↓
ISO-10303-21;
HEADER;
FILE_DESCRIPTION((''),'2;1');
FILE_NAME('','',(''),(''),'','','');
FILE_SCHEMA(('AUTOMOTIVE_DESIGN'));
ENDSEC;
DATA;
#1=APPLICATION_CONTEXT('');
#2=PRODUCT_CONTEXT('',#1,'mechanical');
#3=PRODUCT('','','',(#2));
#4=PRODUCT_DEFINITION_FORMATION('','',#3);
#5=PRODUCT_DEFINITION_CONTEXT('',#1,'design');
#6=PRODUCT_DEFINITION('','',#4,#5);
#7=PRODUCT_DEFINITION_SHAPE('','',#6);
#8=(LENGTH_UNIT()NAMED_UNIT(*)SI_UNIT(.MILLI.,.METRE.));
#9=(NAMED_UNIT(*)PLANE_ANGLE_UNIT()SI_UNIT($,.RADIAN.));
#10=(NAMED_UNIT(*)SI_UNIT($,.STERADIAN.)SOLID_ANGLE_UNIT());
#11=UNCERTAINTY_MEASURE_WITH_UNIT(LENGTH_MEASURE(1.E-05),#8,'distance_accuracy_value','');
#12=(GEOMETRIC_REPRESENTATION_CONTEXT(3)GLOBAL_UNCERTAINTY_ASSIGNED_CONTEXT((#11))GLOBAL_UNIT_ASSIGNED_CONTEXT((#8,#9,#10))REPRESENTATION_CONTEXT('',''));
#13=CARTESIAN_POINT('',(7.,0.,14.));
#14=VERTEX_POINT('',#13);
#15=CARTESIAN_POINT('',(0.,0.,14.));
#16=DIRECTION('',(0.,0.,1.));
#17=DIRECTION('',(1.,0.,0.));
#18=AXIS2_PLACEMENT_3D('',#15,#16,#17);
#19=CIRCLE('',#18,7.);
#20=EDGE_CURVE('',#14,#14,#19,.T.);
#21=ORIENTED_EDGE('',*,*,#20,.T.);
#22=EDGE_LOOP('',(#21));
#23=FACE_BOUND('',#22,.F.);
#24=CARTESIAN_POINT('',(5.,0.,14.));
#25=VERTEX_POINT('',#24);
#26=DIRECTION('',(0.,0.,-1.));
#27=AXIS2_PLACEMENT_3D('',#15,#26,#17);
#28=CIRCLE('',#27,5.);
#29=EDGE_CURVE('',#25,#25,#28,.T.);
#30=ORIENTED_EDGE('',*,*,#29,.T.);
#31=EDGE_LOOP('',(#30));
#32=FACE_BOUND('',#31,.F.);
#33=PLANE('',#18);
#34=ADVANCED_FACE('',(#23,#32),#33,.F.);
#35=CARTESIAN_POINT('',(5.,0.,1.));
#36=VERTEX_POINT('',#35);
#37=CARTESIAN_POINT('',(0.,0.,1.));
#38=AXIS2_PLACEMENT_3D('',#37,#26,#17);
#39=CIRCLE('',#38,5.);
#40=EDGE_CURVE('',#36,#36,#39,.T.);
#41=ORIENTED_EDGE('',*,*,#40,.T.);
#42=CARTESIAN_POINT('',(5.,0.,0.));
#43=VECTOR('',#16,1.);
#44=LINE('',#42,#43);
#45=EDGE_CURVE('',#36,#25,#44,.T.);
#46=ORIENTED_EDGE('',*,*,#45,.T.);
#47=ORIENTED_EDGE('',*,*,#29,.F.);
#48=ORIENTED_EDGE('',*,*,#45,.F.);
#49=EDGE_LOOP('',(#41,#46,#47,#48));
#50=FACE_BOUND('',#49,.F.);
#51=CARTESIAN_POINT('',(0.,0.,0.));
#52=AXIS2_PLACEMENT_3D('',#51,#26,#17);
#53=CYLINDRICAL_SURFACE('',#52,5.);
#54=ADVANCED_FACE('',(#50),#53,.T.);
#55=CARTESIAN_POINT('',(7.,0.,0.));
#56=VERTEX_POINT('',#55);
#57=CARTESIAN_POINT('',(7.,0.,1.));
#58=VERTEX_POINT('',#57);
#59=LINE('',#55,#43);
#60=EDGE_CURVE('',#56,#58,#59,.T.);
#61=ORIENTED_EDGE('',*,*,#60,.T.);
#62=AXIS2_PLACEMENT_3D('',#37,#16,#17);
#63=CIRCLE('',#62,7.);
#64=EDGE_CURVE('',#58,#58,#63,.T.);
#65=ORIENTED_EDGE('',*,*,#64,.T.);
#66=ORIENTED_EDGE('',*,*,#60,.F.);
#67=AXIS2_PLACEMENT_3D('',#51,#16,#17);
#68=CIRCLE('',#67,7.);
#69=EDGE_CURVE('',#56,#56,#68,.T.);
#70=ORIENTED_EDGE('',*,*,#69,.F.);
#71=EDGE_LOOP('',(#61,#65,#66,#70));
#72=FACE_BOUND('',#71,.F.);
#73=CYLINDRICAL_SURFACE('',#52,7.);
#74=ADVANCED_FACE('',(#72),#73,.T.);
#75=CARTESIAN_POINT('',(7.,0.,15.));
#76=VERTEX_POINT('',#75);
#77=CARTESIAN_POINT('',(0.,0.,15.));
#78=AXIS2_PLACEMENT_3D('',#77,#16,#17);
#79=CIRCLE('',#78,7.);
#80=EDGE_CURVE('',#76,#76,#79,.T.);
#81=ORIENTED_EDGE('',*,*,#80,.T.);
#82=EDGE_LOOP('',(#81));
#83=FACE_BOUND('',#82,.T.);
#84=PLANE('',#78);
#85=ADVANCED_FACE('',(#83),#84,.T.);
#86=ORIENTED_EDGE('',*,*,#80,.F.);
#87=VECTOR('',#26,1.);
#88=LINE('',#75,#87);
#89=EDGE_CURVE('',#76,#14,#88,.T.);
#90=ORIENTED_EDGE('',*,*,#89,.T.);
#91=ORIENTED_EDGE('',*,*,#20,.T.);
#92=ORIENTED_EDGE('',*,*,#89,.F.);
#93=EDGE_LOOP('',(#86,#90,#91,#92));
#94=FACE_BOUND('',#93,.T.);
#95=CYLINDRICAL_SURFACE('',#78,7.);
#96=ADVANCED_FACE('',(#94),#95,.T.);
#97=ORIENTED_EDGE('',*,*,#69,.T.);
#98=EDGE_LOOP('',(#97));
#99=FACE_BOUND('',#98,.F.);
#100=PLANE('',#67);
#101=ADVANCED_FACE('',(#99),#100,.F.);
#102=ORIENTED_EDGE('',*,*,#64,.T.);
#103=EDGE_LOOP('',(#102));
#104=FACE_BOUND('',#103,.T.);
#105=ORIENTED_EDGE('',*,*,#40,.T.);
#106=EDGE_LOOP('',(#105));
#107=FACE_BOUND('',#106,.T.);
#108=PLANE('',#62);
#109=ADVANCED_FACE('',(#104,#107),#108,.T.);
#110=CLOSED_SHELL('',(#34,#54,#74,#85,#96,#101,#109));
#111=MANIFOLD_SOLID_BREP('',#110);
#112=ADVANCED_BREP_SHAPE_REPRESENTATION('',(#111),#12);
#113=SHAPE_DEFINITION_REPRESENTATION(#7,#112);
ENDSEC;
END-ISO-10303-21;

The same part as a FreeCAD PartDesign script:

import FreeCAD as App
import Part
import Sketcher

doc = App.newDocument("Part")
body = doc.addObject("PartDesign::Body", "Body")

sketch1 = body.newObject("Sketcher::SketchObject", "Sketch")
sketch1.AttachmentSupport = (doc.getObject("XY_Plane"), [""])
sketch1.MapMode = "FlatFace"
sketch1.addGeometry(Part.Circle(App.Vector(0, 0, 0), App.Vector(0, 0, 1), 5), False)
sketch1.addConstraint(Sketcher.Constraint("Coincident", 0, 3, -1, 1))
sketch1.addConstraint(Sketcher.Constraint("Diameter", 0, 10.0))
pad1 = body.newObject("PartDesign::Pad", "Pad")
pad1.Profile = sketch1
pad1.Length = 15

sketch2 = body.newObject("Sketcher::SketchObject", "Sketch001")
sketch2.AttachmentSupport = (doc.getObject("XY_Plane"), [""])
sketch2.MapMode = "FlatFace"
sketch2.addGeometry(Part.Circle(App.Vector(0, 0, 0), App.Vector(0, 0, 1), 7), False)
sketch2.addGeometry(Part.Circle(App.Vector(0, 0, 0), App.Vector(0, 0, 1), 2.8), False)
sketch2.addConstraint(Sketcher.Constraint("Coincident", 0, 3, -1, 1))
sketch2.addConstraint(Sketcher.Constraint("Coincident", 1, 3, -1, 1))
sketch2.addConstraint(Sketcher.Constraint("Diameter", 0, 14.0))
sketch2.addConstraint(Sketcher.Constraint("Diameter", 1, 5.5))
pad2 = body.newObject("PartDesign::Pad", "Pad001")
pad2.Profile = sketch2
pad2.Length = 1

sketch3 = body.newObject("Sketcher::SketchObject", "Sketch002")
sketch3.AttachmentSupport = (doc.getObject("XY_Plane"), [""])
sketch3.MapMode = "FlatFace"
sketch3.AttachmentOffset = App.Placement(App.Vector(0, 0, 15), App.Rotation())
sketch3.addGeometry(Part.Circle(App.Vector(0, 0, 0), App.Vector(0, 0, 1), 7), False)
sketch3.addConstraint(Sketcher.Constraint("Coincident", 0, 3, -1, 1))
sketch3.addConstraint(Sketcher.Constraint("Diameter", 0, 14.0))
pad3 = body.newObject("PartDesign::Pad", "Pad002")
pad3.Profile = sketch3
pad3.Length = 1
pad3.Reversed = True

doc.recompute()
↑
## Task to complete:
When you reach the line that contains "#60=EDGE_CURVE('',#56,#58,#59,.T.);", stop; output it and every line before it from the start of the data, exactly as written.

## Problem solution:
ISO-10303-21;
HEADER;
FILE_DESCRIPTION((''),'2;1');
FILE_NAME('','',(''),(''),'','','');
FILE_SCHEMA(('AUTOMOTIVE_DESIGN'));
ENDSEC;
DATA;
#1=APPLICATION_CONTEXT('');
#2=PRODUCT_CONTEXT('',#1,'mechanical');
#3=PRODUCT('','','',(#2));
#4=PRODUCT_DEFINITION_FORMATION('','',#3);
#5=PRODUCT_DEFINITION_CONTEXT('',#1,'design');
#6=PRODUCT_DEFINITION('','',#4,#5);
#7=PRODUCT_DEFINITION_SHAPE('','',#6);
#8=(LENGTH_UNIT()NAMED_UNIT(*)SI_UNIT(.MILLI.,.METRE.));
#9=(NAMED_UNIT(*)PLANE_ANGLE_UNIT()SI_UNIT($,.RADIAN.));
#10=(NAMED_UNIT(*)SI_UNIT($,.STERADIAN.)SOLID_ANGLE_UNIT());
#11=UNCERTAINTY_MEASURE_WITH_UNIT(LENGTH_MEASURE(1.E-05),#8,'distance_accuracy_value','');
#12=(GEOMETRIC_REPRESENTATION_CONTEXT(3)GLOBAL_UNCERTAINTY_ASSIGNED_CONTEXT((#11))GLOBAL_UNIT_ASSIGNED_CONTEXT((#8,#9,#10))REPRESENTATION_CONTEXT('',''));
#13=CARTESIAN_POINT('',(7.,0.,14.));
#14=VERTEX_POINT('',#13);
#15=CARTESIAN_POINT('',(0.,0.,14.));
#16=DIRECTION('',(0.,0.,1.));
#17=DIRECTION('',(1.,0.,0.));
#18=AXIS2_PLACEMENT_3D('',#15,#16,#17);
#19=CIRCLE('',#18,7.);
#20=EDGE_CURVE('',#14,#14,#19,.T.);
#21=ORIENTED_EDGE('',*,*,#20,.T.);
#22=EDGE_LOOP('',(#21));
#23=FACE_BOUND('',#22,.F.);
#24=CARTESIAN_POINT('',(5.,0.,14.));
#25=VERTEX_POINT('',#24);
#26=DIRECTION('',(0.,0.,-1.));
#27=AXIS2_PLACEMENT_3D('',#15,#26,#17);
#28=CIRCLE('',#27,5.);
#29=EDGE_CURVE('',#25,#25,#28,.T.);
#30=ORIENTED_EDGE('',*,*,#29,.T.);
#31=EDGE_LOOP('',(#30));
#32=FACE_BOUND('',#31,.F.);
#33=PLANE('',#18);
#34=ADVANCED_FACE('',(#23,#32),#33,.F.);
#35=CARTESIAN_POINT('',(5.,0.,1.));
#36=VERTEX_POINT('',#35);
#37=CARTESIAN_POINT('',(0.,0.,1.));
#38=AXIS2_PLACEMENT_3D('',#37,#26,#17);
#39=CIRCLE('',#38,5.);
#40=EDGE_CURVE('',#36,#36,#39,.T.);
#41=ORIENTED_EDGE('',*,*,#40,.T.);
#42=CARTESIAN_POINT('',(5.,0.,0.));
#43=VECTOR('',#16,1.);
#44=LINE('',#42,#43);
#45=EDGE_CURVE('',#36,#25,#44,.T.);
#46=ORIENTED_EDGE('',*,*,#45,.T.);
#47=ORIENTED_EDGE('',*,*,#29,.F.);
#48=ORIENTED_EDGE('',*,*,#45,.F.);
#49=EDGE_LOOP('',(#41,#46,#47,#48));
#50=FACE_BOUND('',#49,.F.);
#51=CARTESIAN_POINT('',(0.,0.,0.));
#52=AXIS2_PLACEMENT_3D('',#51,#26,#17);
#53=CYLINDRICAL_SURFACE('',#52,5.);
#54=ADVANCED_FACE('',(#50),#53,.T.);
#55=CARTESIAN_POINT('',(7.,0.,0.));
#56=VERTEX_POINT('',#55);
#57=CARTESIAN_POINT('',(7.,0.,1.));
#58=VERTEX_POINT('',#57);
#59=LINE('',#55,#43);
#60=EDGE_CURVE('',#56,#58,#59,.T.);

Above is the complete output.